Cutaneous and soft-tissue manifestations of sepsis due to gram-negative enteric bacilli.

作者信息

Musher D M

出版信息

Rev Infect Dis. 1980 Nov-Dec;2(6):854-66. doi: 10.1093/clinids/2.6.854.

Abstract

Four patterns of tissue involvement can be distinguished in sepsis due to gram-negative enteric bacilli. When intense local inflammation predominates, cellulitis or thrombophlebitis results, often with venous or arterial obstruction. Bacteria are present in the affected tissues, but not in sufficient numbers to be seen microscopically.
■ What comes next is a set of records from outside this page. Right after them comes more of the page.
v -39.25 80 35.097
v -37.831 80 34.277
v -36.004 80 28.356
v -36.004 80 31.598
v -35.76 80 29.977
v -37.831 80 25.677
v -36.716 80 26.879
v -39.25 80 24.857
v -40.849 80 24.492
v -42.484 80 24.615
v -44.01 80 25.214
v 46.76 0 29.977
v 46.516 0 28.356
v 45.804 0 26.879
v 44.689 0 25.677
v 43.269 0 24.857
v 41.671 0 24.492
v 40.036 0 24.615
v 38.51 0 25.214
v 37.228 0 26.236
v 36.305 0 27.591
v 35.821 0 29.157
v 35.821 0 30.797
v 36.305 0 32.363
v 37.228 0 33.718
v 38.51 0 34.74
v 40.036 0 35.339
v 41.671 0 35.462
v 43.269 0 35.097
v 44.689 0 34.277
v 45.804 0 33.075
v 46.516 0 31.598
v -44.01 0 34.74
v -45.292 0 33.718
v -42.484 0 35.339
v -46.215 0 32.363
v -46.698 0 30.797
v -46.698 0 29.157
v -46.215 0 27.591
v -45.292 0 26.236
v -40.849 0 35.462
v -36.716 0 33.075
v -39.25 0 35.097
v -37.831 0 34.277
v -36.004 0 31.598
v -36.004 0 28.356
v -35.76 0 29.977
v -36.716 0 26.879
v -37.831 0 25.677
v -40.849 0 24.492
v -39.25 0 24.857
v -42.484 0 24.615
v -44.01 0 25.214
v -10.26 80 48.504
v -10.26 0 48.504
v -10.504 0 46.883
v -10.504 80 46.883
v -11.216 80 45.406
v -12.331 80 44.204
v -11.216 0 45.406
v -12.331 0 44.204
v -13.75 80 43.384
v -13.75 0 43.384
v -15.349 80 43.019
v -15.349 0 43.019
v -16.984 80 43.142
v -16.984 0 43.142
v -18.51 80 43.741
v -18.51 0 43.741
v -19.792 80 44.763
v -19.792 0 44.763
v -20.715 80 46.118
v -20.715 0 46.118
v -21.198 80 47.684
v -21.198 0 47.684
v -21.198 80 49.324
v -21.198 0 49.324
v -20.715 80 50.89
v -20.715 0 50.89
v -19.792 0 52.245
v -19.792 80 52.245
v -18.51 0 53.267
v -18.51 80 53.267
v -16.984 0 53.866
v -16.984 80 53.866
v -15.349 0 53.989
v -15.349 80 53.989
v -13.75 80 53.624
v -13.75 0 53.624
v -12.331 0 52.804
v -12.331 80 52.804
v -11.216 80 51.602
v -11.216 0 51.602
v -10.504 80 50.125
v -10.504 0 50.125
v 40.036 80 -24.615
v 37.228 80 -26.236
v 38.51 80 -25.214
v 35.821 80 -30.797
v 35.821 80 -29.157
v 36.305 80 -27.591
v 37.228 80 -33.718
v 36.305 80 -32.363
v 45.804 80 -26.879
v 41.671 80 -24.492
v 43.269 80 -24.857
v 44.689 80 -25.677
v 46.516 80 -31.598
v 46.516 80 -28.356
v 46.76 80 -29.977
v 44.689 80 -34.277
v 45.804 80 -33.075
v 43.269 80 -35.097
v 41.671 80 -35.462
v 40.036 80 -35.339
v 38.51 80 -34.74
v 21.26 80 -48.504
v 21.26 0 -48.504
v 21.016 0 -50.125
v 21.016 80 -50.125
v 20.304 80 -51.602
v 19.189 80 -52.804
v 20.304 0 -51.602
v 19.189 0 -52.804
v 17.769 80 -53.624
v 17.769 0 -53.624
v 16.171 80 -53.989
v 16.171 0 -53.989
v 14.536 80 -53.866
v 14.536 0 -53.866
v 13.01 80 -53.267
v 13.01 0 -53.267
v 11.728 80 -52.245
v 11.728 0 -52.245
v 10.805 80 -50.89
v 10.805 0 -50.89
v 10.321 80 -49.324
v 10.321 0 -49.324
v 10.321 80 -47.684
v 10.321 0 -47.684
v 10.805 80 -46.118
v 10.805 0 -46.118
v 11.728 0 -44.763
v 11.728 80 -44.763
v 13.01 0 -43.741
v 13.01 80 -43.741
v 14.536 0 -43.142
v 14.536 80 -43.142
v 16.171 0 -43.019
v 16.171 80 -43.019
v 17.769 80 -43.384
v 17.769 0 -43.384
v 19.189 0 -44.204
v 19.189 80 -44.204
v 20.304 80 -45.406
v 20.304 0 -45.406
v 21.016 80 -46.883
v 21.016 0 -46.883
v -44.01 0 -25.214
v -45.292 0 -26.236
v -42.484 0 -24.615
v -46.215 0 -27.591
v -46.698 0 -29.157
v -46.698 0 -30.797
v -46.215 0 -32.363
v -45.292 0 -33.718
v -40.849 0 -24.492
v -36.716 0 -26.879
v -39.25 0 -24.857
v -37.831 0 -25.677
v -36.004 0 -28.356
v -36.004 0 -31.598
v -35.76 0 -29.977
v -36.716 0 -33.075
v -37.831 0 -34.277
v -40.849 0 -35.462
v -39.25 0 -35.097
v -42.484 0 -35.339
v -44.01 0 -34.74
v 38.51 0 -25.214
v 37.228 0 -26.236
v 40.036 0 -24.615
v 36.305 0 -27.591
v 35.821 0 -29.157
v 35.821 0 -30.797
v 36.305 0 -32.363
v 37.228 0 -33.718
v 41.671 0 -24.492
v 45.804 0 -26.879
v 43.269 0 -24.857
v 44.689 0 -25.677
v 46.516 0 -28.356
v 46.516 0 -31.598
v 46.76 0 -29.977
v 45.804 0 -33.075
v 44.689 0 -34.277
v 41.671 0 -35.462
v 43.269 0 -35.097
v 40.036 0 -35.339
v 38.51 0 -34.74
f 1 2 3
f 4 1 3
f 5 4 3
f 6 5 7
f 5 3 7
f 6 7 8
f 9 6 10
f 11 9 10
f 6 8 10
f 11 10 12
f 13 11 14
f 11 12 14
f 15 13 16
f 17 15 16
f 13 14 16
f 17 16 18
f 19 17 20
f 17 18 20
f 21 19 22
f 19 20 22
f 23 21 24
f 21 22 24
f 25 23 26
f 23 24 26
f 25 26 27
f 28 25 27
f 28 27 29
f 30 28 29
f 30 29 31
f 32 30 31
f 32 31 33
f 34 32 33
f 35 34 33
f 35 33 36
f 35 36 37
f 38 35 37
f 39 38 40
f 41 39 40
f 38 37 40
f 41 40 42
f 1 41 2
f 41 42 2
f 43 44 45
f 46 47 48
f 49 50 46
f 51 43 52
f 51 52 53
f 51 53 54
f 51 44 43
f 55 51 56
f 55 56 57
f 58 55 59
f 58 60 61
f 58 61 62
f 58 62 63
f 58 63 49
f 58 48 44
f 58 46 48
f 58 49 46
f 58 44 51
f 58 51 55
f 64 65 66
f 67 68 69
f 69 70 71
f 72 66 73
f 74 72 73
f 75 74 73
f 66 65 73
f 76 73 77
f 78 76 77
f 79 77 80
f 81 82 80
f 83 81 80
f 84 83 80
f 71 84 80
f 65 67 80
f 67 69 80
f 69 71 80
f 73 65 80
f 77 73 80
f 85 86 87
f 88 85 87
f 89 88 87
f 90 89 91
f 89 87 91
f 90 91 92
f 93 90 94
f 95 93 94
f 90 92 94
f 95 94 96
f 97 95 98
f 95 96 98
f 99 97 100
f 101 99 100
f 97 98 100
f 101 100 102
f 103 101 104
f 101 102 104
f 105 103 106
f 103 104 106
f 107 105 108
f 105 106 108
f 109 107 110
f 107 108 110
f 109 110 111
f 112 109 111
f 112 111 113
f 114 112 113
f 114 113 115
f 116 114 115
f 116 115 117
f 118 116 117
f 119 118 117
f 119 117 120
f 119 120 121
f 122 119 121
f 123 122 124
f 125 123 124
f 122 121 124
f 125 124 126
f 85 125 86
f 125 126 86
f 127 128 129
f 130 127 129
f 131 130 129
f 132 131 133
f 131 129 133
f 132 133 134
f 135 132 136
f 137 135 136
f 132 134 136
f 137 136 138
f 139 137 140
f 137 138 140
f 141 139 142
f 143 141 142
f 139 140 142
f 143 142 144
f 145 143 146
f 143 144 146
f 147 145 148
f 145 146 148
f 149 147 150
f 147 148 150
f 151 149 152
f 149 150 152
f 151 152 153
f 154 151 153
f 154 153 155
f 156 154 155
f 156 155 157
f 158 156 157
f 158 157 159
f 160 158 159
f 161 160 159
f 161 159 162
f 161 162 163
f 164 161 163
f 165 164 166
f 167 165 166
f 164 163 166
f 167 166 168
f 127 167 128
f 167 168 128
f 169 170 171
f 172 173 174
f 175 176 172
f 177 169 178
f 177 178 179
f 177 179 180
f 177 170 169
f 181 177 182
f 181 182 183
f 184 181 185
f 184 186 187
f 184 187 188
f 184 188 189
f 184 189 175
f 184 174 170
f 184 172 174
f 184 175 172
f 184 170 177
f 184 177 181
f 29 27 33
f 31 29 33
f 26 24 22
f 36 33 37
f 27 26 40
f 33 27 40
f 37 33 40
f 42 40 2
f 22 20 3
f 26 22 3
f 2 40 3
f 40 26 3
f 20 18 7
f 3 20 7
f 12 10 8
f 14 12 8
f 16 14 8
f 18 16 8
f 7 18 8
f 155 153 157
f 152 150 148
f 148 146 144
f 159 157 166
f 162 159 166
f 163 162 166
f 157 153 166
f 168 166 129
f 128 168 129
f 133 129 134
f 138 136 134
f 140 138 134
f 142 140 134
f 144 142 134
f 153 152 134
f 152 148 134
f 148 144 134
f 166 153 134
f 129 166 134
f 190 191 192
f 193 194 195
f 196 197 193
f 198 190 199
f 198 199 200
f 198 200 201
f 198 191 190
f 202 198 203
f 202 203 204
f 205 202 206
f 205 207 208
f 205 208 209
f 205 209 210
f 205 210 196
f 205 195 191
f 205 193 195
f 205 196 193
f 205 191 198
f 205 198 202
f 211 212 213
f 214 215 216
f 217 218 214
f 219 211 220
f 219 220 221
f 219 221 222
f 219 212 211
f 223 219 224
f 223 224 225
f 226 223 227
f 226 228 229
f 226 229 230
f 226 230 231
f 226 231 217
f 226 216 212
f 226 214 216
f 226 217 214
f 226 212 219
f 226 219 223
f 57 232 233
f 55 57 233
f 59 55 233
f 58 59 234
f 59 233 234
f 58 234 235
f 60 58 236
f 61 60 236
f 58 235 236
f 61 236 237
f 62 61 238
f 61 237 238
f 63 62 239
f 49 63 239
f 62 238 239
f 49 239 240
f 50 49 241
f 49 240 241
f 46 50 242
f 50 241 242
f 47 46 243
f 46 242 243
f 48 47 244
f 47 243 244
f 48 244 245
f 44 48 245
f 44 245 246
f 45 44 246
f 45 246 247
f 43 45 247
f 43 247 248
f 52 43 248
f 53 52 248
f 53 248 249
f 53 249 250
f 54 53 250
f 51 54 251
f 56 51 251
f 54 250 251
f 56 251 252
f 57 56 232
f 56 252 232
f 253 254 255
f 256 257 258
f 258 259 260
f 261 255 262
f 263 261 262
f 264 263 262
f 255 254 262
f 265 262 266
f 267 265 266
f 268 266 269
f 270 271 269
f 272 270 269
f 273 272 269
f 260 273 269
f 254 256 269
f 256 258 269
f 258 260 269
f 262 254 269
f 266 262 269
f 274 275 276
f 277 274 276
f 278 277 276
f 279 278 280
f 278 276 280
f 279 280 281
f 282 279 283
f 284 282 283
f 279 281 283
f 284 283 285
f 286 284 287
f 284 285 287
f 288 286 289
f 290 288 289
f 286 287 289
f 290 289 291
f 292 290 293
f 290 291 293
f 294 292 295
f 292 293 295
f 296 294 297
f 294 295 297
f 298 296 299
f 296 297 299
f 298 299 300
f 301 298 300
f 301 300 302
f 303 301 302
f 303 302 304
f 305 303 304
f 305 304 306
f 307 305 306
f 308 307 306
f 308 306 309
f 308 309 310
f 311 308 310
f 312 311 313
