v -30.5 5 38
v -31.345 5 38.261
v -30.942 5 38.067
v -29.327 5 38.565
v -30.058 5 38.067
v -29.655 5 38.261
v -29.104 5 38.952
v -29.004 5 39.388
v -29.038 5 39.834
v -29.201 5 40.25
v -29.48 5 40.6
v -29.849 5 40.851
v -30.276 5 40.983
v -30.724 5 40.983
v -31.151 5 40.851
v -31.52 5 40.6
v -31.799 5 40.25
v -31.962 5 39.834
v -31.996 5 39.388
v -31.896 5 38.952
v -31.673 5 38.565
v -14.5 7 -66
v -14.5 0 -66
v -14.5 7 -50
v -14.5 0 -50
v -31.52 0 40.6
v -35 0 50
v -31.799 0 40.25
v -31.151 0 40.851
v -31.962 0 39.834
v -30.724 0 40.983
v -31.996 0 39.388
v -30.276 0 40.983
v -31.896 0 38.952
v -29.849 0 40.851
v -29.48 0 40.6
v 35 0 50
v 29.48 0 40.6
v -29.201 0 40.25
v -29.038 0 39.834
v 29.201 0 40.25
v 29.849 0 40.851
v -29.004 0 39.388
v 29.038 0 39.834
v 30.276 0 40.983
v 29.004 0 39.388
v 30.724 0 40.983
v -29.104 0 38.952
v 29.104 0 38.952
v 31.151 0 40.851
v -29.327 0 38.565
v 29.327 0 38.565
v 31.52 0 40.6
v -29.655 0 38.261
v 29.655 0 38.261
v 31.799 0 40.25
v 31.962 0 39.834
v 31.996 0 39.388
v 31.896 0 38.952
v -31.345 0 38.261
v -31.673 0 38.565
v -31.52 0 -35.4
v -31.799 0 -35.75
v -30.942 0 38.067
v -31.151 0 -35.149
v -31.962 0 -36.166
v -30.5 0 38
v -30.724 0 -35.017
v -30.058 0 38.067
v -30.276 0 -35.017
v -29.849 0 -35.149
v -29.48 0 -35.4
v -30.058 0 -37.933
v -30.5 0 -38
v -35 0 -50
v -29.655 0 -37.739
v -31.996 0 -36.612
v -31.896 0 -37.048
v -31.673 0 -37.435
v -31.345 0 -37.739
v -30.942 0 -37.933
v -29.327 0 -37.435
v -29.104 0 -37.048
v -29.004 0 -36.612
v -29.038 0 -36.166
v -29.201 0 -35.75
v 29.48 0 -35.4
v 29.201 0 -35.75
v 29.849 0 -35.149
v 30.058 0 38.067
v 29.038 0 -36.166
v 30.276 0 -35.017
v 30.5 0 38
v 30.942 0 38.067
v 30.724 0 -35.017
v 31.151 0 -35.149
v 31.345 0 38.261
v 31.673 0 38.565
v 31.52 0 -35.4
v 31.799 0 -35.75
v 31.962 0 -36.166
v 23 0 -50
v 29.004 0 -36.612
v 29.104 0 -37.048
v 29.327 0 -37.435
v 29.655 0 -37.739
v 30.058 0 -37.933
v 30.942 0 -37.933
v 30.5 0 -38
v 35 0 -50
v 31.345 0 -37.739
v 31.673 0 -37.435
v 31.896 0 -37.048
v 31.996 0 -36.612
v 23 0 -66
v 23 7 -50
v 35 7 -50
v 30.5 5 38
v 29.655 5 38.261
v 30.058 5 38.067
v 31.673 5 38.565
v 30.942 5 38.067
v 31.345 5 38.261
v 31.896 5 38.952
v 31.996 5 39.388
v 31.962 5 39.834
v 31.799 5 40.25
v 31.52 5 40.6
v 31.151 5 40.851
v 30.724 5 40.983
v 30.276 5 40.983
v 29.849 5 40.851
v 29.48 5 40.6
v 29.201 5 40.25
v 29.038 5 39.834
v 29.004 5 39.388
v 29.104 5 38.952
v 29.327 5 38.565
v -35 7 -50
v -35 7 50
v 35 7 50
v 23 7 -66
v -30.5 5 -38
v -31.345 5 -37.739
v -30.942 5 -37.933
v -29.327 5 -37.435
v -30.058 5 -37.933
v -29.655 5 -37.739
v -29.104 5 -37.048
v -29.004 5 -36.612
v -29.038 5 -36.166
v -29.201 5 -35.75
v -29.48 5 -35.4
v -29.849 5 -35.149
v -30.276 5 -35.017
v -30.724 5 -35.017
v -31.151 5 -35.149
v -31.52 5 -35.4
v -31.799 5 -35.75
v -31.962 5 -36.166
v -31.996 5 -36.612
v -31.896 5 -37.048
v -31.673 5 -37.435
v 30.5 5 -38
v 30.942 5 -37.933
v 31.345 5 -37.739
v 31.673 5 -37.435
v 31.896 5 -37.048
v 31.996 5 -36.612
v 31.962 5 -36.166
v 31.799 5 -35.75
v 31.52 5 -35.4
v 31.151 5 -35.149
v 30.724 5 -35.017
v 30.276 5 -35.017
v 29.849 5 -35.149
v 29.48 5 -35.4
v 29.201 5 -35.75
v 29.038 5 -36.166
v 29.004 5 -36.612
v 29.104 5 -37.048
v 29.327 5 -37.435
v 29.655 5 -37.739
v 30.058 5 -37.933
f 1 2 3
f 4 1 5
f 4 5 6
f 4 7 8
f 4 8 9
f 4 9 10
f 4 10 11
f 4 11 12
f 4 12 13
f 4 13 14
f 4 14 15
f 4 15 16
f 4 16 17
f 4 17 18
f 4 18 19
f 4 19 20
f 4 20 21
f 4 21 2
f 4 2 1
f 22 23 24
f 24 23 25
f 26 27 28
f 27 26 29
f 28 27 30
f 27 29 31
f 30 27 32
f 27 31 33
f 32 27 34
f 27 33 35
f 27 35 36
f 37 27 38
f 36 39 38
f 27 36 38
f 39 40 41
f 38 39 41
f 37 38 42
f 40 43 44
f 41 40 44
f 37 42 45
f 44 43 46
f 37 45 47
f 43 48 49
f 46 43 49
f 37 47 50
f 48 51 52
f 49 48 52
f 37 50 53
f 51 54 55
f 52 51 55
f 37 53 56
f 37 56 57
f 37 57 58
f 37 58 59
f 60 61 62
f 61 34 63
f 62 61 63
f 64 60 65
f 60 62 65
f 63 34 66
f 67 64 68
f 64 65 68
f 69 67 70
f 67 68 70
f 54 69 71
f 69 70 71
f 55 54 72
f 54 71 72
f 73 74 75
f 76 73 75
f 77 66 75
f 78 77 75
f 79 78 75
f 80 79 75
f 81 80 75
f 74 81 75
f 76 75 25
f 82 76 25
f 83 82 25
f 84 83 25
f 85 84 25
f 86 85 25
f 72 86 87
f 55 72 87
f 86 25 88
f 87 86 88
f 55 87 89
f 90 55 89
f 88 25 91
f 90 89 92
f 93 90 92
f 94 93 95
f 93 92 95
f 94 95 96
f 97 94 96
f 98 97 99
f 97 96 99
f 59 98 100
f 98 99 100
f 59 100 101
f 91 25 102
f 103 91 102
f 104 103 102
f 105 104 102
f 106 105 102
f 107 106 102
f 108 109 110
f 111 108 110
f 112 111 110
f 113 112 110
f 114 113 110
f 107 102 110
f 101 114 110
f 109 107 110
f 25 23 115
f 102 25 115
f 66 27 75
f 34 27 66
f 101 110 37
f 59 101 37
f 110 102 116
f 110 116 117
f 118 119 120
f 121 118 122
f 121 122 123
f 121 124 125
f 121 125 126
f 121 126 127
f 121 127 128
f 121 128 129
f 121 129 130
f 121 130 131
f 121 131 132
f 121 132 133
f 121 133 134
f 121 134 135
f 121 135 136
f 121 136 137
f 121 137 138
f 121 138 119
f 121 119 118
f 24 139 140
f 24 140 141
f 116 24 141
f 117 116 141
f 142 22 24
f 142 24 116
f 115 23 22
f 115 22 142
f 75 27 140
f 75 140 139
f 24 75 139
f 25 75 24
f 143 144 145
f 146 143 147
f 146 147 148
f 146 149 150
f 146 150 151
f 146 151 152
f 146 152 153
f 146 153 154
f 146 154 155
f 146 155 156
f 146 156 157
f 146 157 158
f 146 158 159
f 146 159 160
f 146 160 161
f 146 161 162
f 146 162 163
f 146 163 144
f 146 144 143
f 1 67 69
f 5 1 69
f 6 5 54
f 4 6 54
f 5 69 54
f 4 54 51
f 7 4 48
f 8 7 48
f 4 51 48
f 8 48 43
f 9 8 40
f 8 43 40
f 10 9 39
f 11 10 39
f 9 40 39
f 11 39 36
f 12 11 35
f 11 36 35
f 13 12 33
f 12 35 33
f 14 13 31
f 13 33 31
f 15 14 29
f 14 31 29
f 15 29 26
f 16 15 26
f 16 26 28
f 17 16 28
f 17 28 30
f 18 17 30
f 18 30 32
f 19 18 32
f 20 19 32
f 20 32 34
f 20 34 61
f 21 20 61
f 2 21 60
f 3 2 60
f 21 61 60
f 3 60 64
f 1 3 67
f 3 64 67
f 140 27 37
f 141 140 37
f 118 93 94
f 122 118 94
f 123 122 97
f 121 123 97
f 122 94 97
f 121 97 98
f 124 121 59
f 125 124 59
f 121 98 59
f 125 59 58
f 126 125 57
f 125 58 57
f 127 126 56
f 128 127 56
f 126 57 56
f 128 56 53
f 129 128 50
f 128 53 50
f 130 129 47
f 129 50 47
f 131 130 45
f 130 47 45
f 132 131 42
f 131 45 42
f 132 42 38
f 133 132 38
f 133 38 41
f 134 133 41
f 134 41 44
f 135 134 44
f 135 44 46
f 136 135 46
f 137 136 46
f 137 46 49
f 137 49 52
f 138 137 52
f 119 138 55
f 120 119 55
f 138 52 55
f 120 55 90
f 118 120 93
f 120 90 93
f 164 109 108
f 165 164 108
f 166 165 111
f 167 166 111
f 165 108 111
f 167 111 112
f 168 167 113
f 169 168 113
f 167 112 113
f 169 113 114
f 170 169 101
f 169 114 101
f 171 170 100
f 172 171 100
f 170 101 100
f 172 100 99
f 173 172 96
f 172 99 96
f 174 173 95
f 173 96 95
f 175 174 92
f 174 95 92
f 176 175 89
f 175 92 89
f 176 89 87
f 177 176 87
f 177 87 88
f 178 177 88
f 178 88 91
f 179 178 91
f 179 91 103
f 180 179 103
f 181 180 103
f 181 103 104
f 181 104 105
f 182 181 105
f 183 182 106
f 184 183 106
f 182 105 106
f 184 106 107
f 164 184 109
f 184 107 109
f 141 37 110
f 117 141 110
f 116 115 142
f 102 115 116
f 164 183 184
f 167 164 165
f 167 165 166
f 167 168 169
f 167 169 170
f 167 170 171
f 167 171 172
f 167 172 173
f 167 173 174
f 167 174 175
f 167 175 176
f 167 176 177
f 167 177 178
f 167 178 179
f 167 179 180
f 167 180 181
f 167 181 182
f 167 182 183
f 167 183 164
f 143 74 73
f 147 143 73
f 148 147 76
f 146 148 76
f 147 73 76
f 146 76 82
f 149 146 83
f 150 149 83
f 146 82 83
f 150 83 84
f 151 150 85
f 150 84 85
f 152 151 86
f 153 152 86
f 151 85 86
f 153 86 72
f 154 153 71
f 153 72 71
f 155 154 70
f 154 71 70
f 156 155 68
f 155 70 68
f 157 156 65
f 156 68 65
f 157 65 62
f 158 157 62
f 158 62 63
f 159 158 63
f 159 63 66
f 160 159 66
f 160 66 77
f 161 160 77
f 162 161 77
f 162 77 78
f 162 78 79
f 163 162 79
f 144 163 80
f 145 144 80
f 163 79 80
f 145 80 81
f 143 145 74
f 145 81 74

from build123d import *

# Parameters (mm, degrees)
SKETCH1_W           = 70
SKETCH1_H           = 100
BOSS_EXTRUDE1_DEPTH = 7
SKETCH2_R           = 1.5
CUT_EXTRUDE1_DEPTH  = 5
SKETCH3_W           = 37.5
SKETCH3_H           = 16
BOSS_EXTRUDE2_DEPTH = 7


with BuildPart() as part:
    # Sketch1 → Boss-Extrude1 (new body)
    with BuildSketch(Plane(origin=(0, 0, 0), x_dir=(1, 0, 0), z_dir=(0, 1, 0))):
        Rectangle(SKETCH1_W, SKETCH1_H)
    extrude(amount=BOSS_EXTRUDE1_DEPTH)

    # Sketch2 → Cut-Extrude1 (cut)
    with BuildSketch(Plane.XZ):
        with Locations(Location((-30.5, -36.5, 0), (0, 0, 270))):
            Circle(SKETCH2_R)
        with Locations(Location((-30.5, 39.5, 0), (0, 0, 270))):
            Circle(SKETCH2_R)
        with Locations(Location((30.5, 39.5, 0), (0, 0, 270))):
            Circle(SKETCH2_R)
        with Locations(Location((30.5, -36.5, 0), (0, 0, 270))):
            Circle(SKETCH2_R)
    extrude(amount=-CUT_EXTRUDE1_DEPTH, mode=Mode.SUBTRACT)

    # Sketch3 → Boss-Extrude2 (add)
    with BuildSketch(Plane.XZ):
        with Locations((4.25, -58)):
            Rectangle(SKETCH3_W, SKETCH3_H)
    extrude(amount=-BOSS_EXTRUDE2_DEPTH)


solid = part.part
When bacterial proliferation is unchecked by an appropriate leukocyte response, ecthyma gangrenosum, erythema multiforme, or diffuse bullous lesions may occur with minimal clinical or histologic signs of inflammation. In symmetric peripheral gangrene associated with disseminated intravascular coagulation, bland fibrinous deposits are seen in small vessels but neither inflammatory cells nor bacteria are present. The fourth kind of lesion is that seen in bacterial endocarditis. In all four patterns a vascular component is prominent clinically and histologically. The pathogenesis of these lesions is multifactorial; in each individual case the interaction between bacterial and host factors probably determines which clinical picture will result. The appearance of symmetric soft tissue lesions of the extremities in the absence of predisposing local conditions suggests the possibility of sepsis due to gram-negative bacilli, especially if other clinical features indicate that sepsis might be present.

摘要

革兰氏阴性肠道杆菌引起的败血症可区分出四种组织受累模式。当强烈的局部炎症占主导时,会导致蜂窝织炎或血栓性静脉炎,常伴有静脉或动脉阻塞。细菌存在于受影响的组织中,但数量不足以在显微镜下看到。当细菌增殖未受到适当的白细胞反应抑制时,可能会出现坏疽性脓皮病、多形红斑或弥漫性大疱性病变,而炎症的临床或组织学迹象极少。在与弥散性血管内凝血相关的对称性周围坏疽中,小血管内可见无炎症的纤维蛋白沉积,但既无炎症细胞也无细菌。第四种病变见于细菌性心内膜炎。在所有这四种模式中,血管成分在临床和组织学上都很突出。这些病变的发病机制是多因素的;在每个病例中,细菌和宿主因素之间的相互作用可能决定会出现哪种临床症状。在没有易患局部疾病的情况下,四肢出现对称性软组织病变提示可能是革兰氏阴性杆菌引起的败血症,特别是如果其他临床特征表明可能存在败血症时。